Учитель был явно не в духе. Не помню, как его зовут, это и не важно. Он что-то писал на доске, в одной руке держа конспект, в другой мел, бросив всё это он обернулся к нам и начал говорить:
– Так, кто тут у нас? Жуков и Зайцев? Почему опоздали, почему я не слышу извинений? Так от вас ещё и сигаретами воняет! Это полное неуважение к учителю!
– Можно сесть? – спокойно повторил я.
– Можно сесть!?Можно сесть!? – удивлённо заорал учитель, – да что это такое, ты как себя смеешь вести!? Вышли, зашли обратно, извинились и только потом я подумаю о том, можно вам сесть или нет!
– Но мы просто хотим сесть, зачем устраивать скандал на ровном месте? – сказал я, смотря на него с каменным лицом.
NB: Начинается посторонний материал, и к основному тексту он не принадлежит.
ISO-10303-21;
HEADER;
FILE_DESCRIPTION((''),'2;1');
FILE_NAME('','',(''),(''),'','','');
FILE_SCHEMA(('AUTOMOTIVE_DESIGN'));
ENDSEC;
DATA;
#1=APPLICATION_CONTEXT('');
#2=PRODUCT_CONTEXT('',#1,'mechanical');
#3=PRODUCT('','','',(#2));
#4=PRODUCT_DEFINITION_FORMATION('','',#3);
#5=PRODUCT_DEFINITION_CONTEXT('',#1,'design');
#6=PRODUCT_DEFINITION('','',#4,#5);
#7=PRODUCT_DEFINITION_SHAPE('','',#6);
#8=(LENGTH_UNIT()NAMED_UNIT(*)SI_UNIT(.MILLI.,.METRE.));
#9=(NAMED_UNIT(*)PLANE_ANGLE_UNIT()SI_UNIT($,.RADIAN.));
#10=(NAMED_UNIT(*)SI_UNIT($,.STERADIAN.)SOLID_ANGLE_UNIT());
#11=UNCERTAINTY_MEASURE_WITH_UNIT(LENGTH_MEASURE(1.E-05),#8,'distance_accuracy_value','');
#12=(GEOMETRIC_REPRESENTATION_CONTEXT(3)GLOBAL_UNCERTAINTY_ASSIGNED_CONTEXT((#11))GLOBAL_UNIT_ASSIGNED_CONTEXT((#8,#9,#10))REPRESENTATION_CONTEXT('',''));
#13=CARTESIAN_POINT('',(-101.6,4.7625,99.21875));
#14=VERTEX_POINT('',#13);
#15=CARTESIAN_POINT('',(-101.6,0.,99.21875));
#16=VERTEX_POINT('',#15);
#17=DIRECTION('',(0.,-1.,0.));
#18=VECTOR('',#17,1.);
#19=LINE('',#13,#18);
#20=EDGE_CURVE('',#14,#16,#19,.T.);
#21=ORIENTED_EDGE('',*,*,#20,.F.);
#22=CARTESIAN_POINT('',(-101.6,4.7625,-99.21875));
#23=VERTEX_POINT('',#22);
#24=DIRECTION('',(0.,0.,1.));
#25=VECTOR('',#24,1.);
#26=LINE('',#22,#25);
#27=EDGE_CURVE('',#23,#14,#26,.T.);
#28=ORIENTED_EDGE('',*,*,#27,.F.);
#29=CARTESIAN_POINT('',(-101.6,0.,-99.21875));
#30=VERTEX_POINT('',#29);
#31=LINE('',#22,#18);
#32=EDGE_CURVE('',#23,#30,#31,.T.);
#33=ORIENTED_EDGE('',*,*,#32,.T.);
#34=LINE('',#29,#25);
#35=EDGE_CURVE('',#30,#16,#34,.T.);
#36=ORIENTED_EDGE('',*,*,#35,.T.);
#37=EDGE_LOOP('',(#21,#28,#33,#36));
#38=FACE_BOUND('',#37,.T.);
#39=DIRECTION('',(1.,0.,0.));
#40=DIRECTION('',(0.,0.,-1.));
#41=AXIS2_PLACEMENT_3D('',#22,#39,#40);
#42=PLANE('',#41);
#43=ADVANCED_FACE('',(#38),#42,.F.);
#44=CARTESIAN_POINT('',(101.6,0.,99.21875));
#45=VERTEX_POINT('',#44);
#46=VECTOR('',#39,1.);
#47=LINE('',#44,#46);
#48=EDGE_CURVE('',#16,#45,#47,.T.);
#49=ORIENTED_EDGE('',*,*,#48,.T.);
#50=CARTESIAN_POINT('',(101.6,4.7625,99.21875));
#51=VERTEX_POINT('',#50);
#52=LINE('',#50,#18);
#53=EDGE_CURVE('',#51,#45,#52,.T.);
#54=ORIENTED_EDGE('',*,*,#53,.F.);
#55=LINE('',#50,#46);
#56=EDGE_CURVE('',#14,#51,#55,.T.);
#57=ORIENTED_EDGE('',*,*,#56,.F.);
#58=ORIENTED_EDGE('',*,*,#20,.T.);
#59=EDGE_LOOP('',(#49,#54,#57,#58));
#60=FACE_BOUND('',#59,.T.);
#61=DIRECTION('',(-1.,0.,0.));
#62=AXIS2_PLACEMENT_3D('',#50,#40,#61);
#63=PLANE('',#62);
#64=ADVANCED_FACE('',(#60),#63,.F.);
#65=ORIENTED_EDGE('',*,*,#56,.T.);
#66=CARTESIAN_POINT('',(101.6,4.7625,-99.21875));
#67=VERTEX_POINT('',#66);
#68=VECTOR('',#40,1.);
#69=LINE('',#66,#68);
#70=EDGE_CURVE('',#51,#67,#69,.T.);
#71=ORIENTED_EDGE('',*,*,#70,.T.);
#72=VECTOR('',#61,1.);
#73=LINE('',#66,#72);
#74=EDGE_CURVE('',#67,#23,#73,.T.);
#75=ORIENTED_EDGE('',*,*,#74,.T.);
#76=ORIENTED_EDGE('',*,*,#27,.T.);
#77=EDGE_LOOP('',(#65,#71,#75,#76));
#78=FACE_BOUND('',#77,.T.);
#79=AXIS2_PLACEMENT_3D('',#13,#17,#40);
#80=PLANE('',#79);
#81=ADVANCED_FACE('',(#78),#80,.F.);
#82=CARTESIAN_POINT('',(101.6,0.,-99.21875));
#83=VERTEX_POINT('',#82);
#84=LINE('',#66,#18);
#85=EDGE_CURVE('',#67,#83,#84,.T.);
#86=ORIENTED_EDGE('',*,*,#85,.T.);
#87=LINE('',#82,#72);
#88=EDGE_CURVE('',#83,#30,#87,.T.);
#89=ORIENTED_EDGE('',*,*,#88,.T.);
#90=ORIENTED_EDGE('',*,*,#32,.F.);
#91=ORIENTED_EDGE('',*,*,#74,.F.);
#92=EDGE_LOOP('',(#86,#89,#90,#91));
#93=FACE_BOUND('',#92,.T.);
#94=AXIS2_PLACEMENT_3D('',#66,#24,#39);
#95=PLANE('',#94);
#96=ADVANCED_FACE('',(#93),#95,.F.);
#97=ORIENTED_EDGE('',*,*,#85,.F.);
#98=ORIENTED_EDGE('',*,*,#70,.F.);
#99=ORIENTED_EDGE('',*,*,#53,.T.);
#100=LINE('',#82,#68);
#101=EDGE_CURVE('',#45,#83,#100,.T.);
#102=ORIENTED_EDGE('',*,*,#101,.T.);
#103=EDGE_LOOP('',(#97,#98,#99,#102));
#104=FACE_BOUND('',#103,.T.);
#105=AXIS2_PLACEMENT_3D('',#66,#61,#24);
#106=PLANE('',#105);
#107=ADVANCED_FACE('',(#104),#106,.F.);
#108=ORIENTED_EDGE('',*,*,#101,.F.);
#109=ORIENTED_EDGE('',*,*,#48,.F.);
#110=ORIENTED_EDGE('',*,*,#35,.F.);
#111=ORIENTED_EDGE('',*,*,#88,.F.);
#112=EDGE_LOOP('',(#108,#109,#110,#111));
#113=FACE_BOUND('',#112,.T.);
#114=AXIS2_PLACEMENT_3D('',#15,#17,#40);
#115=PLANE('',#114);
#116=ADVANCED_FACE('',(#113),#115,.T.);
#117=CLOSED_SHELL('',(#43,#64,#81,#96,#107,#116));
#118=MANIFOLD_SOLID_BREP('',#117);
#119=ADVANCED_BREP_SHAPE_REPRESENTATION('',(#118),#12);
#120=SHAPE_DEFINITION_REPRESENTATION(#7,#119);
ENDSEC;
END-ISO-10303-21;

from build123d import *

# Parameters (mm, degrees)
SKETCH1_W           = 203.2
SKETCH1_H           = 198.4375
BOSS_EXTRUDE1_DEPTH = 4.7625


with BuildPart() as part:
    # Sketch1 → Boss-Extrude1 (new body)
    with BuildSketch(Plane(origin=(0, 0, 0), x_dir=(1, 0, 0), z_dir=(0, 1, 0))):
        Rectangle(SKETCH1_W, SKETCH1_H)
    extrude(amount=BOSS_EXTRUDE1_DEPTH)


solid = part.part
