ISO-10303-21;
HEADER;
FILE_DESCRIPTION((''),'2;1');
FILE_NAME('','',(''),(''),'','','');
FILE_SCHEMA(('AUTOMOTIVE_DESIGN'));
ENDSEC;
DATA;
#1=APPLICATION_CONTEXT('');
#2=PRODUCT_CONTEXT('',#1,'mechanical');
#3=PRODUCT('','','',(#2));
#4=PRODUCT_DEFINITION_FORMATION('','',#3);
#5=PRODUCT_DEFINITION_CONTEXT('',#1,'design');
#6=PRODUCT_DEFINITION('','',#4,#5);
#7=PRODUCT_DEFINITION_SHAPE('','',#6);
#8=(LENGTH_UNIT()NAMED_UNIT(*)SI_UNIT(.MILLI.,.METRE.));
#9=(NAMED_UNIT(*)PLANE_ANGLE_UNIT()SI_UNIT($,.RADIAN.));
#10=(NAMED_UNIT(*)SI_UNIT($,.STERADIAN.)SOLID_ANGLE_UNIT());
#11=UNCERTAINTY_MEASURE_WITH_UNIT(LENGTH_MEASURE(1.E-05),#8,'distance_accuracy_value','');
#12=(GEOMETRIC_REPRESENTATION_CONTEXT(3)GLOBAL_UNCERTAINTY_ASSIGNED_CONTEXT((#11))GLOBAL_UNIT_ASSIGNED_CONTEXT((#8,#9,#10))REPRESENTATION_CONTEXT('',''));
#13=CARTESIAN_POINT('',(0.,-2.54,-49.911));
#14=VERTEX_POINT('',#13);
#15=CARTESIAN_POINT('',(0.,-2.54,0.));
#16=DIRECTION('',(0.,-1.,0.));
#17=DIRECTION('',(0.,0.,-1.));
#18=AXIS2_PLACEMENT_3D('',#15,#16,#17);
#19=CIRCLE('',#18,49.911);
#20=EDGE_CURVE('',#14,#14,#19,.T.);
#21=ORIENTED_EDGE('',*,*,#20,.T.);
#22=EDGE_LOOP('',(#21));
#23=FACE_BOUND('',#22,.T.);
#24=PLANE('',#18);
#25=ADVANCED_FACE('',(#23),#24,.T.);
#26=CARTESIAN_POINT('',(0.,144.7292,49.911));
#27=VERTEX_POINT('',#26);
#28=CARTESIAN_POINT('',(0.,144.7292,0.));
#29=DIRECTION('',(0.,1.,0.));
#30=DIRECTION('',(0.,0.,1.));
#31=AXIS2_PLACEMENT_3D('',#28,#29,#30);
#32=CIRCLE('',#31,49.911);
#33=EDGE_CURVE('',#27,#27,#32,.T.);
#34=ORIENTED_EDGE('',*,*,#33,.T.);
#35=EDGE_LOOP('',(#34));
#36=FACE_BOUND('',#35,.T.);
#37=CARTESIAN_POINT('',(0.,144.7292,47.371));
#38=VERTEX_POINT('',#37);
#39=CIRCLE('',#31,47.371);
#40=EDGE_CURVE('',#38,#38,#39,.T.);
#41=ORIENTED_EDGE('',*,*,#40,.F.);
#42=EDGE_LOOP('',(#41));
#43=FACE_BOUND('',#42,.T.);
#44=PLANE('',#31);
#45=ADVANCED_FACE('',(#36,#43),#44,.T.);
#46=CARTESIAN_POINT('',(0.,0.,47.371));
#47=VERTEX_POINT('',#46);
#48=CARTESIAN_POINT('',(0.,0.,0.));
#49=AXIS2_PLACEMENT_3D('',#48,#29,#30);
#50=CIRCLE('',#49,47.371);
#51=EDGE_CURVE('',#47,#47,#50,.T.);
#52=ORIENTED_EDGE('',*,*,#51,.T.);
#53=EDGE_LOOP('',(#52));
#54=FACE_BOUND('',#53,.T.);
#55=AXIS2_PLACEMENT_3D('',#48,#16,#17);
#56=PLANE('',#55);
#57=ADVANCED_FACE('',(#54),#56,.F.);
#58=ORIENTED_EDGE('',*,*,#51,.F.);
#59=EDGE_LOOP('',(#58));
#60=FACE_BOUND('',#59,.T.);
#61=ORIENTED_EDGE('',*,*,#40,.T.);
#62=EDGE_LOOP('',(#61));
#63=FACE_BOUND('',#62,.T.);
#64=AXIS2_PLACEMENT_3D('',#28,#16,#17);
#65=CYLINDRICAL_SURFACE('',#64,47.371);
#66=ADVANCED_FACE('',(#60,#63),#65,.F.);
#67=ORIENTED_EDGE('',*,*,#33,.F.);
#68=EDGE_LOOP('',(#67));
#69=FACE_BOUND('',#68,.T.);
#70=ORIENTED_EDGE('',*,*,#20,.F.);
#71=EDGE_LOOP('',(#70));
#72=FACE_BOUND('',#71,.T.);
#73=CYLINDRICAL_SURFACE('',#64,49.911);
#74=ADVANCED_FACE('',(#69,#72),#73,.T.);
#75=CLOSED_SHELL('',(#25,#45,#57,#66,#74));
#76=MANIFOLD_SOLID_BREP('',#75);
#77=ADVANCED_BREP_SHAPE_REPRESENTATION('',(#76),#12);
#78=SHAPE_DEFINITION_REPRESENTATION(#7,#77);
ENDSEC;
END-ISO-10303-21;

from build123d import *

# Parameters (mm, degrees)
SKETCH1_R           = 49.911
SKETCH1_R_2         = 47.371
BOSS_EXTRUDE1_DEPTH = 144.7292
BOSS_EXTRUDE2_START = 2.54
SKETCH2_R           = 49.911
BOSS_EXTRUDE2_DEPTH = 2.54


with BuildPart() as part:
    # Sketch1 → Boss-Extrude1 (new body)
    with BuildSketch(Plane(origin=(0, 0, 0), x_dir=(1, 0, 0), z_dir=(0, 1, 0))):
        with Locations(Location((0, 0, 0), (0, 0, 270))):
            Circle(SKETCH1_R)
        with Locations(Location((0, 0, 0), (0, 0, 270))):
            Circle(SKETCH1_R_2, mode=Mode.SUBTRACT)
    extrude(amount=BOSS_EXTRUDE1_DEPTH)

    # Sketch2 → Boss-Extrude2 (add)
    with BuildSketch(Plane.XZ.offset(BOSS_EXTRUDE2_START)):
        with Locations(Location((0, 0, 0), (0, 0, 270))):
            Circle(SKETCH2_R)
    extrude(amount=-BOSS_EXTRUDE2_DEPTH)


solid = part.part
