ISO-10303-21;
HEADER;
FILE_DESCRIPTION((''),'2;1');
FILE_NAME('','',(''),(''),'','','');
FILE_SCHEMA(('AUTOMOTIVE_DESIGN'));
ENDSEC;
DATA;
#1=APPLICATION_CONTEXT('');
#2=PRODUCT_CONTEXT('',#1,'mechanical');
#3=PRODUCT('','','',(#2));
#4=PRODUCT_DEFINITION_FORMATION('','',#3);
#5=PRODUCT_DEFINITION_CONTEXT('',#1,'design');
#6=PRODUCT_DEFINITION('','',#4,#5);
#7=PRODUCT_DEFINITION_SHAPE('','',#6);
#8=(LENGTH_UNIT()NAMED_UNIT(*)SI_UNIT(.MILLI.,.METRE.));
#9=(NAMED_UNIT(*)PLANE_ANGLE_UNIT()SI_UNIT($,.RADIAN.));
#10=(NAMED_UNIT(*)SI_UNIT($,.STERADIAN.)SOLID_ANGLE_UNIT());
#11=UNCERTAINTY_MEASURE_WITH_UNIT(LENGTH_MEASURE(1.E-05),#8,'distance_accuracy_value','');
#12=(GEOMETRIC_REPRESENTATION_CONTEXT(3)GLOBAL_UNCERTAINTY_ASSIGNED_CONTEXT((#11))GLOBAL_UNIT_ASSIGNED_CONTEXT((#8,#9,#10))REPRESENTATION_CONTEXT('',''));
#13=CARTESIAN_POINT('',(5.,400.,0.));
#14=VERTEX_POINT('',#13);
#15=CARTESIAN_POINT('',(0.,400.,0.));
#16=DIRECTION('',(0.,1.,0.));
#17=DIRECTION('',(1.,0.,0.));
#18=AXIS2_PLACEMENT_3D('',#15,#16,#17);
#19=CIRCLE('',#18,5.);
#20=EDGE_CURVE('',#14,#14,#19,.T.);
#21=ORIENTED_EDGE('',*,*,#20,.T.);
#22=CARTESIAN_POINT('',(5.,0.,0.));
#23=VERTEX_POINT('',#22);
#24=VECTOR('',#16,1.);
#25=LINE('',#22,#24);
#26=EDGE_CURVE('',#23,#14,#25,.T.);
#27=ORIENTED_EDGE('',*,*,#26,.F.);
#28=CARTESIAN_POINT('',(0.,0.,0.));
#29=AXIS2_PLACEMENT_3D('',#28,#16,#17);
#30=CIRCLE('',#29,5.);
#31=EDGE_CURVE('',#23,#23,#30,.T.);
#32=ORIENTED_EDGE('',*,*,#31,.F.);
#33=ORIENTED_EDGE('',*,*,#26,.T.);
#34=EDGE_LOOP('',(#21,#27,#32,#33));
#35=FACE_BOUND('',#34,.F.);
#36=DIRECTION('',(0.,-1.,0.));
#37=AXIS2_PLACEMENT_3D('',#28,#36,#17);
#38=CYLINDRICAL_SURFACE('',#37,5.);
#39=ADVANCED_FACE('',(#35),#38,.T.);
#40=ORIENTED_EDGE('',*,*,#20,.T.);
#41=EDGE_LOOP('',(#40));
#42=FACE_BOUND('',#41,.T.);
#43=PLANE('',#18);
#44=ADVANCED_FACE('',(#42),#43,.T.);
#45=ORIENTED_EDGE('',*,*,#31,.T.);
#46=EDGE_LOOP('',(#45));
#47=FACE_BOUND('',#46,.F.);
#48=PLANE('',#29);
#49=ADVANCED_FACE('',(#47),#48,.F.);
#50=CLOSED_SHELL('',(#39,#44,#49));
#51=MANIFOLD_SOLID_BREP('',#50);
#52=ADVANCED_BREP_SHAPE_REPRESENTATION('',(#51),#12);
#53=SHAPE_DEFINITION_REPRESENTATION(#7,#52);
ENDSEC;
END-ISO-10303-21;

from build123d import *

# Parameters (mm, degrees)
SKETCH_1_R      = 5
EXTRUDE_1_DEPTH = 400


with BuildPart() as part:
    # 草图1 → 凸台-拉伸1 (new body)
    with BuildSketch(Plane(origin=(0, 0, 0), x_dir=(1, 0, 0), z_dir=(0, 1, 0))):
        Circle(SKETCH_1_R)
    extrude(amount=EXTRUDE_1_DEPTH)


solid = part.part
И тут он просто озверел. Подошёл ко мне почти в плотную, начал орать на меня, угрожать плохими оценками (на которые мне было просто насрать). Я отходил, он подходил опять. Какого-то чёрта начал бегать по аудитории, подходить к студентам и спрашивать: нормально ли я себя веду, видели ли они когда-то подобное. Все начали смеяться. Кто-то выкрикивал тупую несуразицу, начался полный хаос. Здесь, как и в кабинете Фёдоровны было очень душно, а я всё так же был в пуховике. У меня слиплось от пота абсолютно во всех местах, которые вы себе только можете представить. Но учитель не останавливался орать, похоже ему это нравилось больше чем обучать, ведь он теряет кучу своего времени на какую-то ругань. Он мог бы за это время продиктовать несколько страниц важной информации для студентов – но он просто орет. На его лице уже переливались разные оттенки лилового и красного цвета, на лбу вылезла вена, он постоянно обтирал руки о свои брюки, вытирая с них пот. Я просто стоял и смотрел на весь этот цирк – по-другому это не назвать. Я пытался в голове придумать смысл всему этому, как-то оправдать поведение учителя, но ничего не вышло. Градус всё накалялся, и я решил пойти открыть окно, чтобы мы все здесь не задохнулись нахер. Учитель орал на меня с другого конца аудитории, я уже даже не мог разобрать его слов. Саша стоял возле меня и смотрел явно встревоженными глазами (похоже он переживал что о курении и этом случае узнает его мама).